Leeb was starting this relationship while both helping his father — a staff member of Financial Council — retire and restructuring his RIA, which included plans to add two employees. “Commonwealth has been very supportive and service-oriented,” he said, “at a time when the industry’s really gone the other way. They are truly committed to being our partner, and that we like. We get that sense every step of the way, and that helps us solve problems and help them [grow], too.”
As he has reorganized Financial Council, Commonwealth has supported his team with benchmarking and other tools. Much of this work has been done with the guidance of Joni Youngwirth, Commonwealth’s managing principal of practice management. “I’ve been making progress because I knew she’d follow up with me. And I can’t let Joni down. With Commonwealth, it’s not about less work but better work … They don’t stop and [they] have a deep commitment and dedication to improving how we do business.”

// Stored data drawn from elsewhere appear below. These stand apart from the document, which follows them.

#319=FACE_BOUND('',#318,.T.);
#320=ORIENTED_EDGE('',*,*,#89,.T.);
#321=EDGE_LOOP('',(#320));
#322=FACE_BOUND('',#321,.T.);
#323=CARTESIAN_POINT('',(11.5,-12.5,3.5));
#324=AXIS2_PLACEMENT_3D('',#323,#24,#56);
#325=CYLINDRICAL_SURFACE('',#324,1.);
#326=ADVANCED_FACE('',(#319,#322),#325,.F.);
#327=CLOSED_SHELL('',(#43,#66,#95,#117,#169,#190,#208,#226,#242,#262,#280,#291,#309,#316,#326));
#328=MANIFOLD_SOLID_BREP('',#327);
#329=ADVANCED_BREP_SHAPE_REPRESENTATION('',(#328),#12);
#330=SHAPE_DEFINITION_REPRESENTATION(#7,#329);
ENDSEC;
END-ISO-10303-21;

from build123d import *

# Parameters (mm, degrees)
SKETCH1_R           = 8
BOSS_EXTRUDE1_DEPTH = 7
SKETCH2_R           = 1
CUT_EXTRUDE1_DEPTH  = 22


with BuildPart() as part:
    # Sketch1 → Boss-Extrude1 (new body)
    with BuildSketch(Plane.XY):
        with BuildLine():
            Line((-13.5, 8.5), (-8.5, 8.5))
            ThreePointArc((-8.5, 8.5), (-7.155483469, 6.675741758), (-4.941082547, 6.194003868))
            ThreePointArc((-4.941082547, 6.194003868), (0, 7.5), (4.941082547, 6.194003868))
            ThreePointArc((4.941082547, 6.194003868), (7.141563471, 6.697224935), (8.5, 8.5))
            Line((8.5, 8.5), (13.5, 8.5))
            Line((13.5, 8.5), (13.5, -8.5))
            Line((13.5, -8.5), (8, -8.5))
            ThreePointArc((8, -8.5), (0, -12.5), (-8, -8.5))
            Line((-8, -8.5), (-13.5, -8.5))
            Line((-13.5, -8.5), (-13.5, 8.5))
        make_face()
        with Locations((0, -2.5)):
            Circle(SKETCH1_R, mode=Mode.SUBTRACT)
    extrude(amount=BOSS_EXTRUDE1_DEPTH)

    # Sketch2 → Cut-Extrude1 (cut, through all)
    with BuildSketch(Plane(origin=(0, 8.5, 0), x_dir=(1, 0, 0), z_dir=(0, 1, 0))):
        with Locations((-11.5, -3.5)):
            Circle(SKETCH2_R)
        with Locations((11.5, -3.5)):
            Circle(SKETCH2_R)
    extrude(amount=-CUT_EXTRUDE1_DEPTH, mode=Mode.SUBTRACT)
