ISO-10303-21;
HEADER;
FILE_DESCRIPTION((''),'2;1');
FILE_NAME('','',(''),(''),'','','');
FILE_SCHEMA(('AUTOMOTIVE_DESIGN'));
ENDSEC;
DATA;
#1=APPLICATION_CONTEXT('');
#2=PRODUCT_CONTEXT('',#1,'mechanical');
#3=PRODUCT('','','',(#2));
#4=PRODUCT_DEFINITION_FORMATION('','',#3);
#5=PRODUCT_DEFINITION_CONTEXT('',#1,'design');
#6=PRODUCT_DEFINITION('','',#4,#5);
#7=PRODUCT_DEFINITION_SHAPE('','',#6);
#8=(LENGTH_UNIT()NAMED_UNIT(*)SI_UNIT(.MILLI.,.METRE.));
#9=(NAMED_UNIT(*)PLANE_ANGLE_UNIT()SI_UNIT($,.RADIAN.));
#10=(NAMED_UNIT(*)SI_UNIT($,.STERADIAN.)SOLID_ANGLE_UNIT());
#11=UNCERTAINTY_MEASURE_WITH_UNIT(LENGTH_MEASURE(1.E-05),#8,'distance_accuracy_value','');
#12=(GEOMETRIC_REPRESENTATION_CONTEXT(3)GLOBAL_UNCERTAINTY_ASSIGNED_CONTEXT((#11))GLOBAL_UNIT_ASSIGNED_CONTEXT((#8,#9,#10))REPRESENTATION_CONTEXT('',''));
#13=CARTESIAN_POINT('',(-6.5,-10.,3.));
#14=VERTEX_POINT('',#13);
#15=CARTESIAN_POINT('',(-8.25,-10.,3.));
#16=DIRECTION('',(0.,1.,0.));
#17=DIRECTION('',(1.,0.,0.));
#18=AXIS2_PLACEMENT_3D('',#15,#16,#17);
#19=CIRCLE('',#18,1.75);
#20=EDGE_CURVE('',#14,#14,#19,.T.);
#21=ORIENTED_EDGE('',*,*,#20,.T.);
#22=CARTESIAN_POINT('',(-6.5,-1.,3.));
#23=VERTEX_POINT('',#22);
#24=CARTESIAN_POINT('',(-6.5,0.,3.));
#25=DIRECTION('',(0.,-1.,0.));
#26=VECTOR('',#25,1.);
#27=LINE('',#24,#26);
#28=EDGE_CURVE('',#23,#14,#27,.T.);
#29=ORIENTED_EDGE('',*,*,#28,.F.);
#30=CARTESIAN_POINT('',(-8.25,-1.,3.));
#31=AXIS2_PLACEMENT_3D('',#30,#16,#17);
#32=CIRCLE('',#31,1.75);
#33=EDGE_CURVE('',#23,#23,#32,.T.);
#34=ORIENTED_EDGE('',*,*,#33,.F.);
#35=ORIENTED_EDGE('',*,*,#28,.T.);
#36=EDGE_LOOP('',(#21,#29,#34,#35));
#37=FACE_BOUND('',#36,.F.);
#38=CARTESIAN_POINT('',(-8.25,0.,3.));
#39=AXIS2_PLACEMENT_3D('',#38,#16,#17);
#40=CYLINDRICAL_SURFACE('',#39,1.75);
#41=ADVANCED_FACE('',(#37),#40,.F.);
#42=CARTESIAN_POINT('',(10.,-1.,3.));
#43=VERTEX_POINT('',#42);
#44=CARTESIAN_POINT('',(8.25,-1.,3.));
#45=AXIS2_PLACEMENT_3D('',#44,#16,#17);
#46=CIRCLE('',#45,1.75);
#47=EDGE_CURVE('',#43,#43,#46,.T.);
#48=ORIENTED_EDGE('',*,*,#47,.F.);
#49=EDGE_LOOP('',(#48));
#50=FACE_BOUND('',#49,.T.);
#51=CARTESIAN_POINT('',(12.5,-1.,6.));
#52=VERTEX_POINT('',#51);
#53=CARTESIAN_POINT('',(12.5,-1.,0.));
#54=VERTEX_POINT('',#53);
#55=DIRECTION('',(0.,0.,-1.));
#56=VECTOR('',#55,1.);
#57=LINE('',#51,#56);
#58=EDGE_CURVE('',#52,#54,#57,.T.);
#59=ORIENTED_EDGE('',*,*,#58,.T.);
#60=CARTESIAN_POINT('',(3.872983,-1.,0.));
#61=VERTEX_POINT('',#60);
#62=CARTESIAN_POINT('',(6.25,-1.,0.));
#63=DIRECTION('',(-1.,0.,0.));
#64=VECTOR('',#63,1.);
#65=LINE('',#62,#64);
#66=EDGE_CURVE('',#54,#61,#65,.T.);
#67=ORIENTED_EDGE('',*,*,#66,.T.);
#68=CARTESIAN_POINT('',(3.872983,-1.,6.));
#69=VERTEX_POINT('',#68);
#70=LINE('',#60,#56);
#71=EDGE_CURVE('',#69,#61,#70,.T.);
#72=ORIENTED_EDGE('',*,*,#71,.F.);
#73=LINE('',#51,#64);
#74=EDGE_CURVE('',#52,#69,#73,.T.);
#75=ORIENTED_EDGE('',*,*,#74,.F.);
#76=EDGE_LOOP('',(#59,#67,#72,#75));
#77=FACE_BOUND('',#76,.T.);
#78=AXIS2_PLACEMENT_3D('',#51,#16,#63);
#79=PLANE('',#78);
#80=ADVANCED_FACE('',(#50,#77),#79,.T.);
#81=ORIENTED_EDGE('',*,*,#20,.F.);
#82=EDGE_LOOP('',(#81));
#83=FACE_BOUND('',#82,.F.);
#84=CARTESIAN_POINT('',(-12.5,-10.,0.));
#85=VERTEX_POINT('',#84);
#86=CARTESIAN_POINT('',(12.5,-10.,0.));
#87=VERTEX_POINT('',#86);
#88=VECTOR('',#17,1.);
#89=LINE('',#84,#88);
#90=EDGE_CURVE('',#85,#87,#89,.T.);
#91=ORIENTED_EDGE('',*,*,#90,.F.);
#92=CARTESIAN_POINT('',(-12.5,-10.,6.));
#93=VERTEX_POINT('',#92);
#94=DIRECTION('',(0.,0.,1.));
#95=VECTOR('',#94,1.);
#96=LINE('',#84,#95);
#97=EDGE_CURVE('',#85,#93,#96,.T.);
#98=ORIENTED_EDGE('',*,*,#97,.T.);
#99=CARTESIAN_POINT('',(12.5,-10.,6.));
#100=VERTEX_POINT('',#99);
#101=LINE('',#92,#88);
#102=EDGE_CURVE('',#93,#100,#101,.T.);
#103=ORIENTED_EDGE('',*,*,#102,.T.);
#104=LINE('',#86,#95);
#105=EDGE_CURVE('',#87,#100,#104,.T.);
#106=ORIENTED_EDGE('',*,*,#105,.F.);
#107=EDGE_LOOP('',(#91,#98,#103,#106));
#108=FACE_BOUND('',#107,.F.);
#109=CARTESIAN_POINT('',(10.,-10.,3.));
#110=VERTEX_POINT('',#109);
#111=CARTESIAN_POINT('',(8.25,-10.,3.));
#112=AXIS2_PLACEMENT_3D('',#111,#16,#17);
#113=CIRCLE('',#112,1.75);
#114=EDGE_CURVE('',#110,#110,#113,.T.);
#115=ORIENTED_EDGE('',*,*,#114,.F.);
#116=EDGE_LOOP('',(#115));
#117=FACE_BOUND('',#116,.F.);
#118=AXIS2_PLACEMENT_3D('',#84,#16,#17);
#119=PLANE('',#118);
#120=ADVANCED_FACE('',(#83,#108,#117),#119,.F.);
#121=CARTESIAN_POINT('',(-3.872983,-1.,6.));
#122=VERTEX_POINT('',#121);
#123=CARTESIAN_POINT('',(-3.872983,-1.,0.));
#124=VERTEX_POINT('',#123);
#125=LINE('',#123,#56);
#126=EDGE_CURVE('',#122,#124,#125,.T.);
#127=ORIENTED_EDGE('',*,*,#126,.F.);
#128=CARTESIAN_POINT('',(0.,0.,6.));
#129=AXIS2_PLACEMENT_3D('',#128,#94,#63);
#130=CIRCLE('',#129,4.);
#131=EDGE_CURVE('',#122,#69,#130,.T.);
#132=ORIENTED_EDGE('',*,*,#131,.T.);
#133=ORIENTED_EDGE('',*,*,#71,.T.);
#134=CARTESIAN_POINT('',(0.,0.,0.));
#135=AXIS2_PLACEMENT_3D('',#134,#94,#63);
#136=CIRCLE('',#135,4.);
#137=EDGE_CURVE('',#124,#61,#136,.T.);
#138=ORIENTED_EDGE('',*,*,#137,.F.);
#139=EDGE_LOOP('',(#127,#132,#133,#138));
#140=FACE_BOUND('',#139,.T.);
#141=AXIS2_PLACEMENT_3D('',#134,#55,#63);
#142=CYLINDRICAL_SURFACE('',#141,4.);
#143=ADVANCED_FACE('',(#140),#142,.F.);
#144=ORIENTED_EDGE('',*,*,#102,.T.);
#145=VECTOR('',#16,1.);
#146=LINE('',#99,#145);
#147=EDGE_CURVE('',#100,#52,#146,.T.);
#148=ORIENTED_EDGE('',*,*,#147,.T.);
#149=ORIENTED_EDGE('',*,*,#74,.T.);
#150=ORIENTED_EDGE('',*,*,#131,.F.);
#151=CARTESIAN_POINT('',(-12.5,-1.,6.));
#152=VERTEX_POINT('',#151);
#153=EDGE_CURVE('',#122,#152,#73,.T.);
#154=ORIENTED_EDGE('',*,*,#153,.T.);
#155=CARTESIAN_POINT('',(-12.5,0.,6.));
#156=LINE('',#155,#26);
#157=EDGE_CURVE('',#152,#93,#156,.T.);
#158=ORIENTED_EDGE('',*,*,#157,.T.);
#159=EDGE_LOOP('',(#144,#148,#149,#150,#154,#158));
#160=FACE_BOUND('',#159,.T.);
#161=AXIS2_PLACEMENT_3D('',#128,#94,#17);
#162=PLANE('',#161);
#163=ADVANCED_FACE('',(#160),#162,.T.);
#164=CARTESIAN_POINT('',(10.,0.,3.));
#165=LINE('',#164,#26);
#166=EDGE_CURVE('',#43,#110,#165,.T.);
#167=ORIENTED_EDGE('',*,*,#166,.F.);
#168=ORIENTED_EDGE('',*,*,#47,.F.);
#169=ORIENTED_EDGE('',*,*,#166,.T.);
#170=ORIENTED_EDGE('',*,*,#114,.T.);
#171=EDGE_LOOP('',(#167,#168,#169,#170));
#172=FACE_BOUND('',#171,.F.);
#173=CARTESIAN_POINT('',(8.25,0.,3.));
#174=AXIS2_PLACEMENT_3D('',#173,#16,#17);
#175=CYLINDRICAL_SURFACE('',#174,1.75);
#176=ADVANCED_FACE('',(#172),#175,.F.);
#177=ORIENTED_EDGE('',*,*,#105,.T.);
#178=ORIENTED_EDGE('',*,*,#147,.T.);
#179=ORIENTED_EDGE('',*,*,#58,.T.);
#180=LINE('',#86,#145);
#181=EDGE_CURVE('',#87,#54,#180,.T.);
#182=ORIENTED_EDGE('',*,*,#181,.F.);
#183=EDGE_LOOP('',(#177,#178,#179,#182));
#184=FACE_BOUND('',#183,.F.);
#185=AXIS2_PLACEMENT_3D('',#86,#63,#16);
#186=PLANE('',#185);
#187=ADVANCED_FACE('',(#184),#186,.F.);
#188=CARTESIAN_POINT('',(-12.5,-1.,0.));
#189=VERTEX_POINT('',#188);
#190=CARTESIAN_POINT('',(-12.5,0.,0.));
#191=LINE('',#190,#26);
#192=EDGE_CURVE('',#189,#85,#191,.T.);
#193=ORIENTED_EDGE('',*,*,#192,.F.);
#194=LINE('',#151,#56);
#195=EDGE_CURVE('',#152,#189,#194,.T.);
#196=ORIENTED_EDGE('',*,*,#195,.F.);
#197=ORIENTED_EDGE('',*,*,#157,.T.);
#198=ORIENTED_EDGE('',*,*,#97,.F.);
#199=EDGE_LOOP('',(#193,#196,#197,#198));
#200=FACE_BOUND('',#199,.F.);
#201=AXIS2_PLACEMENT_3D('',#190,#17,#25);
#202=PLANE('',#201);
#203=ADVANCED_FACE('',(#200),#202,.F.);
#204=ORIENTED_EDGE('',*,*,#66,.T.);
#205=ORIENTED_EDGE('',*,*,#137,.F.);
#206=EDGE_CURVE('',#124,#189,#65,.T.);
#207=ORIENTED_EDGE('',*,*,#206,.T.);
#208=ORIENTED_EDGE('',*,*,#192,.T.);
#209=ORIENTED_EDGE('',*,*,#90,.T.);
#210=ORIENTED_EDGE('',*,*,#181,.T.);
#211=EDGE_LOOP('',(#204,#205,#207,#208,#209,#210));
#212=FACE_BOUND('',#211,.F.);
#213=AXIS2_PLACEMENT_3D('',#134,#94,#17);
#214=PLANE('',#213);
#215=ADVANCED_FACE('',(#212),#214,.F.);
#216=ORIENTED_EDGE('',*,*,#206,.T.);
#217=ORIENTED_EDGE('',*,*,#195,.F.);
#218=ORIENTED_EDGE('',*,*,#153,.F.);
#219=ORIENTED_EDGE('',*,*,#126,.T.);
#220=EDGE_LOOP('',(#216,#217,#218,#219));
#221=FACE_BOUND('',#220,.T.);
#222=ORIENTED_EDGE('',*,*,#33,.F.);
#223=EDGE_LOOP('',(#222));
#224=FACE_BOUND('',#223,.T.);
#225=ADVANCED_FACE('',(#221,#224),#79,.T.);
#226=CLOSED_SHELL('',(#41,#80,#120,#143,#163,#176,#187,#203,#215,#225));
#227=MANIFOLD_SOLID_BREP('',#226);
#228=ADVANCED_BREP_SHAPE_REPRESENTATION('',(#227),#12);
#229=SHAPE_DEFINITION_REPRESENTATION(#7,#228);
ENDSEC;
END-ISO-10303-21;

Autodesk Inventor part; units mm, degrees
ref_plane "YZ Plane" through (0, 0, 0) normal (1, 0, 0) x (0, 1, 0)
ref_plane "XZ Plane" through (0, 0, 0) normal (0, 1, 0) x (-1, 0, 0)
ref_plane "XY Plane" through (0, 0, 0) normal (0, 0, 1) x (1, 0, 0)
sketch "Sketch1" plane through (0, 0, 0) normal (0, 0, 1) x (1, 0, 0)
  arc A0 (-4, 0) -> (4, 0) centre (0, 0) ccw
  line L0 (-4, 0) -> (-12.5, 0)
  line L1 (-12.5, 0) -> (-12.5, -10)
  line L2 (-12.5, -10) -> (12.5, -10)
  line L3 (12.5, -10) -> (12.5, 0)
  line L4 (12.5, 0) -> (4, 0)
  dimension "d0" = 4
  dimension "d1" = 10
  dimension "d2" = 25
extrude "Extrusion1" add sketch "Sketch1" along normal blind 6
sketch "Sketch2" plane through (-12.5, 0, 0) normal (0, 1, 0) x (1, 0, 0)
  line L0 (0, 0) -> (8.5, 0) projected
  line L1 (8.5, -6) -> (0, -6) projected
  line L2 (16.5, 0) -> (25, 0) projected
  line L3 (16.5, 0) -> (16.5, -6) projected
  line L4 (25, -6) -> (16.5, -6) projected
  line L5 (25, 0) -> (25, -6) projected
  line L6 (4.25, 0) -> (4.25, -6) construction
  line L7 (20.75, 0) -> (20.75, -6) construction
  circle A0 centre (4.25, -3) radius 1.75
  circle A1 centre (20.75, -3) radius 1.75
  point P0 (12.5, 0)
  dimension "d5" = 3.5
extrude "Extrusion2" cut sketch "Sketch2" against normal through all contours A0 | A1
sketch "Sketch3" plane through (0, 0, 6) normal (0, 0, 1) x (1, 0, 0)
  line L0 (12.5, -10) -> (12.5, 0) projected
  line L1 (-12.5, 0) -> (12.5, 0)
  line L2 (12.5, 0) -> (12.5, -1)
  line L3 (12.5, -1) -> (-12.5, -1)
  line L4 (-12.5, -1) -> (-12.5, 0)
  dimension "d8" = 1
extrude "Extrusion3" cut sketch "Sketch3" against normal through all
properties part number "sensor bracket coupler"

This thoroughness bodes well for the broker-dealer’s future, Leeb says. “They are focused on solving problems for advisors and not creating any of their own. They want to maintain the culture and scale their growth accordingly. It’s an amazing place that really has something special going on.”
In addition to attending education sessions and other activities at the JW Marriott during their recent national conference, nearly 100 Commonwealth advisors and staff volunteered at the Salvation Army in Phoenix to renovate the interior and exterior grounds (see photo).
This work included cleaning and fixing up the lounge and kitchen, painting murals, gardening, and sprucing up the children’s outdoor play areas with new mulch and picnic tables. Plus, to help celebrate Halloween, the team donated supplies for the children to carve pumpkins and craft holiday-themed art projects.